Task material:
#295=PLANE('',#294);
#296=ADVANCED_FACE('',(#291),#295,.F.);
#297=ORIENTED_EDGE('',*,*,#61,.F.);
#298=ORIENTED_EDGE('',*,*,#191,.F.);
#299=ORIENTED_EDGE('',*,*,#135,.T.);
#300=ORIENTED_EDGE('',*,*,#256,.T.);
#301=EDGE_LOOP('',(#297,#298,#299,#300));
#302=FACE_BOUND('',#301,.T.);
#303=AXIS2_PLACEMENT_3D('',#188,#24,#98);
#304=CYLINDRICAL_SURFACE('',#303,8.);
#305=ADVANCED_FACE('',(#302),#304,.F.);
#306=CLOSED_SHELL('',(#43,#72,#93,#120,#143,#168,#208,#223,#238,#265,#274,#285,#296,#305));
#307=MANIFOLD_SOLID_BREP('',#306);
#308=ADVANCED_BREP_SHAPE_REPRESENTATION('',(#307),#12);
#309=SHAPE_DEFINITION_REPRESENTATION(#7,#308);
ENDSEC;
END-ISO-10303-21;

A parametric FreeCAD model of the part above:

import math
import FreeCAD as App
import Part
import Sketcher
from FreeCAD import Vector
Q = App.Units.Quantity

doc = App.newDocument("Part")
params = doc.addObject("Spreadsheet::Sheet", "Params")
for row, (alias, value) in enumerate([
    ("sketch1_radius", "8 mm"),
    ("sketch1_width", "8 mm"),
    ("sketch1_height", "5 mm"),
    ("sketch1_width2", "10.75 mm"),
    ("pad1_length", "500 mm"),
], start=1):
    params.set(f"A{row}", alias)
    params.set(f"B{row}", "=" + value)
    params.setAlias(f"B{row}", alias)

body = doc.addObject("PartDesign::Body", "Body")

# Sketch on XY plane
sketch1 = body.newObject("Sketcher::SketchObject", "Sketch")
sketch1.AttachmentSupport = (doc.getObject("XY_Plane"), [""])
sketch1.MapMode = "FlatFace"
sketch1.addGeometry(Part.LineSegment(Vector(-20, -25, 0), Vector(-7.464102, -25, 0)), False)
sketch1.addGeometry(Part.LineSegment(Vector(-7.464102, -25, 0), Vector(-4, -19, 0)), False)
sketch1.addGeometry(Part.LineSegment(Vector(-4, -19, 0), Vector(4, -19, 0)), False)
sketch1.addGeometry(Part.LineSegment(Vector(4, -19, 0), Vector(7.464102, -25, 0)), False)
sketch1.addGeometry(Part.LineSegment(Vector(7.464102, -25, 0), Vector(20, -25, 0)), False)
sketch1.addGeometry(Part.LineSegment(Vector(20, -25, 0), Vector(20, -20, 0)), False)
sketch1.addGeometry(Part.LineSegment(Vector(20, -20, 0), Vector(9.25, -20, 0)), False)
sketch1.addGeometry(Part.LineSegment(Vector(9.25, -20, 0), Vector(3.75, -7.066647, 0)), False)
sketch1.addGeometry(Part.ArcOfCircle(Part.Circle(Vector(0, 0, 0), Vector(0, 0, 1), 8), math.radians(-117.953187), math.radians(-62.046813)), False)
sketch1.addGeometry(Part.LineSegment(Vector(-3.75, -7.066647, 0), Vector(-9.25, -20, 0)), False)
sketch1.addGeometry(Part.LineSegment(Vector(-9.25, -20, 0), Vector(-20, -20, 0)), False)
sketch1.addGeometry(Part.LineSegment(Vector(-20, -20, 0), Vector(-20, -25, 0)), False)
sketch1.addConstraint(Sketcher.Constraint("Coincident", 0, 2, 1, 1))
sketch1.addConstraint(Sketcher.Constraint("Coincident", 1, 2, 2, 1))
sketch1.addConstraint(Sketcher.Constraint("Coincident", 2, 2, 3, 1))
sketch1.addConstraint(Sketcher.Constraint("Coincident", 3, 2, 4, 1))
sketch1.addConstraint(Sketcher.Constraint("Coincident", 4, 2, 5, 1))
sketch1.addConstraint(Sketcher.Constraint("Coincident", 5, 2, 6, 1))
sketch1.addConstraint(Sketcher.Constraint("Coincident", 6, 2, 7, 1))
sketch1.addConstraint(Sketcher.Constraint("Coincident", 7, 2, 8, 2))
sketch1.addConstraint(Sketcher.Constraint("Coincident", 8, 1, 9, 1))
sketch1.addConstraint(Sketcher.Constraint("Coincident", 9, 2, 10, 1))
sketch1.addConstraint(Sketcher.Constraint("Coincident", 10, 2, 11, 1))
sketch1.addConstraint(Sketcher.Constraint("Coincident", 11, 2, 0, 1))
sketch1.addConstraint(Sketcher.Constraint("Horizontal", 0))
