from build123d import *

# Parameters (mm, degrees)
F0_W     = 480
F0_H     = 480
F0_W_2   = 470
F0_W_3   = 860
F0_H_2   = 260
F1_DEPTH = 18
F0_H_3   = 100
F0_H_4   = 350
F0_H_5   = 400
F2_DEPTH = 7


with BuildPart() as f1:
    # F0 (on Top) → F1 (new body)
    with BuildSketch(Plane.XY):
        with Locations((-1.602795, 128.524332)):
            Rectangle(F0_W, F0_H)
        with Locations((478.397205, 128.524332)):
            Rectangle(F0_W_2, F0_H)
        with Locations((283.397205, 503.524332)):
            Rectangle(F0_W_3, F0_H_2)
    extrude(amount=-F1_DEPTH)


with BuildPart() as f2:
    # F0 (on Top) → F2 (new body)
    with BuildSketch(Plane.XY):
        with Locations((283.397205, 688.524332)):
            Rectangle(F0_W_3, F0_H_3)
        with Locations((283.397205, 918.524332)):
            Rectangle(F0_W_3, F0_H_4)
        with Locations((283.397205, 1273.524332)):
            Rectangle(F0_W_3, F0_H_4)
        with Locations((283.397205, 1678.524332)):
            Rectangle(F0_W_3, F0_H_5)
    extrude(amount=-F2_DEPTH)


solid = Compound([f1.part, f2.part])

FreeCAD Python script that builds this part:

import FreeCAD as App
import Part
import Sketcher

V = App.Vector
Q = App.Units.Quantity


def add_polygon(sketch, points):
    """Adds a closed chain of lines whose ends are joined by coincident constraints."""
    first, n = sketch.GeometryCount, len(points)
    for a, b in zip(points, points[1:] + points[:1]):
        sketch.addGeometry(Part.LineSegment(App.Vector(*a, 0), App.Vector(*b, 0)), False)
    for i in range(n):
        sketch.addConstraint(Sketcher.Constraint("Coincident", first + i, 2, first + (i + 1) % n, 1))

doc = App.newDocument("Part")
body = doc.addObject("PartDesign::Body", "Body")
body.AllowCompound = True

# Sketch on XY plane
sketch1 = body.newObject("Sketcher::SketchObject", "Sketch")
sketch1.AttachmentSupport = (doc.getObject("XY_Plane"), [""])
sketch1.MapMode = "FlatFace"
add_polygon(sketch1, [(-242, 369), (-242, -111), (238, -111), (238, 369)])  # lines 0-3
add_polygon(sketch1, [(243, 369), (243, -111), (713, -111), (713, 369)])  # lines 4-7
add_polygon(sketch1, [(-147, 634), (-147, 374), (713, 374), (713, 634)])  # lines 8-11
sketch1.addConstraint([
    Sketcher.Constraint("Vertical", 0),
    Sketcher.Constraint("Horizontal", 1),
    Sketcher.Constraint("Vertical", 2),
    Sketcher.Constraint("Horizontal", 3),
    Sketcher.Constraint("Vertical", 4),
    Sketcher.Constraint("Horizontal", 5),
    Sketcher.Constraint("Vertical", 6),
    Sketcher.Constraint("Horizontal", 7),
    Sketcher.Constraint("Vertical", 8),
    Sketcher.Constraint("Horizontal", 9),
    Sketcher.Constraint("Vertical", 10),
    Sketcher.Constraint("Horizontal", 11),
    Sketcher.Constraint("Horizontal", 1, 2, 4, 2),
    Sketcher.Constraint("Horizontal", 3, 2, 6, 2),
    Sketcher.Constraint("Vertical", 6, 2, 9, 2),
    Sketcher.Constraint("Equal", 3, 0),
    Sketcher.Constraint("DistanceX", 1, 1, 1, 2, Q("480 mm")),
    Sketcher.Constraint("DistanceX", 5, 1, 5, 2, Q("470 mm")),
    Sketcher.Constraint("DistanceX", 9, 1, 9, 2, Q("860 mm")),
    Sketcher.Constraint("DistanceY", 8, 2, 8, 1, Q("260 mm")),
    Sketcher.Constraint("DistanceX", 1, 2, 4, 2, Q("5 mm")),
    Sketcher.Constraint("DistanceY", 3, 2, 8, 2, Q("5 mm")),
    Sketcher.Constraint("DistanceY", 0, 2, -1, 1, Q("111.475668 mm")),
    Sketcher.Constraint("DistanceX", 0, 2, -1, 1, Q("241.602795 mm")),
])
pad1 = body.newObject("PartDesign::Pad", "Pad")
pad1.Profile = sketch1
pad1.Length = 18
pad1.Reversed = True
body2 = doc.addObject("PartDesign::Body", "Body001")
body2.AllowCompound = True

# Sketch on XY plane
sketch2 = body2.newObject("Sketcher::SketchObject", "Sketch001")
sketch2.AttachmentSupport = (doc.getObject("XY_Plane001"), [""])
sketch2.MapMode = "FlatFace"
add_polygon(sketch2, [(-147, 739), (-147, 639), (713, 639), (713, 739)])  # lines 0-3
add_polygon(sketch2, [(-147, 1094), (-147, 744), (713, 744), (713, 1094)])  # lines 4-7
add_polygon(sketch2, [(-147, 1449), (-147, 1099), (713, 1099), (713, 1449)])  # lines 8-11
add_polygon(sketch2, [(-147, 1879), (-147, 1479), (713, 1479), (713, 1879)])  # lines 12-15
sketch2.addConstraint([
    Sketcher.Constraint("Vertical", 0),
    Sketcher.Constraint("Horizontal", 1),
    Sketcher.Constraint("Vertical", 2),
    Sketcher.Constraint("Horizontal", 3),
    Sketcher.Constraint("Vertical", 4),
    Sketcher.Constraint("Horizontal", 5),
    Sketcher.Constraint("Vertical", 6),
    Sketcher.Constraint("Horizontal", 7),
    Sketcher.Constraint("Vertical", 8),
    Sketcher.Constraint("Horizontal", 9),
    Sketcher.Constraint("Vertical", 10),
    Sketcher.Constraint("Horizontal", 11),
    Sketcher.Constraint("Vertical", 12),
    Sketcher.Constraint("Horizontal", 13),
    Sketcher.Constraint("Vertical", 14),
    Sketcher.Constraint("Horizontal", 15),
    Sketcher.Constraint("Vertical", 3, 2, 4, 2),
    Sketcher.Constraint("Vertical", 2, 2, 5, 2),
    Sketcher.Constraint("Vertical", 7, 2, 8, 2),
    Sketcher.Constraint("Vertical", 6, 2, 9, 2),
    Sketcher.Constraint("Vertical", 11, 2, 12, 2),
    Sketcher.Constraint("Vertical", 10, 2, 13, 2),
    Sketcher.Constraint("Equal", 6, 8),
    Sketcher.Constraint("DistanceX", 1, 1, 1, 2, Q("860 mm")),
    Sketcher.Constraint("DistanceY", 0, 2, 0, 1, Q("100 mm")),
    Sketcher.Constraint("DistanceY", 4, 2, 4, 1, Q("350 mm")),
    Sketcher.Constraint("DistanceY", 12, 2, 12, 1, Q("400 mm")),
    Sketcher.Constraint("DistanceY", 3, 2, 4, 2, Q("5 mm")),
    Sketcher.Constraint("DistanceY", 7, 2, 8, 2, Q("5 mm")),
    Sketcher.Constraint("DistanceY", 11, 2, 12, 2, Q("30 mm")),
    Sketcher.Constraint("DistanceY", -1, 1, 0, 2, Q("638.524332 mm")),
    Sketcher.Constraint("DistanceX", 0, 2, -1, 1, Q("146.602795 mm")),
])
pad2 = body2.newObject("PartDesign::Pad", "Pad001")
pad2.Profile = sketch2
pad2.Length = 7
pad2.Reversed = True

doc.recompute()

Required work: From the entries above, write out only the lines starting at the line that holds "solid = Compound([f1.part, f2.part])" and ending at the line that holds "FreeCAD Python script", keeping both and matching them exactly.

Exercise output:
solid = Compound([f1.part, f2.part])

FreeCAD Python script that builds this part:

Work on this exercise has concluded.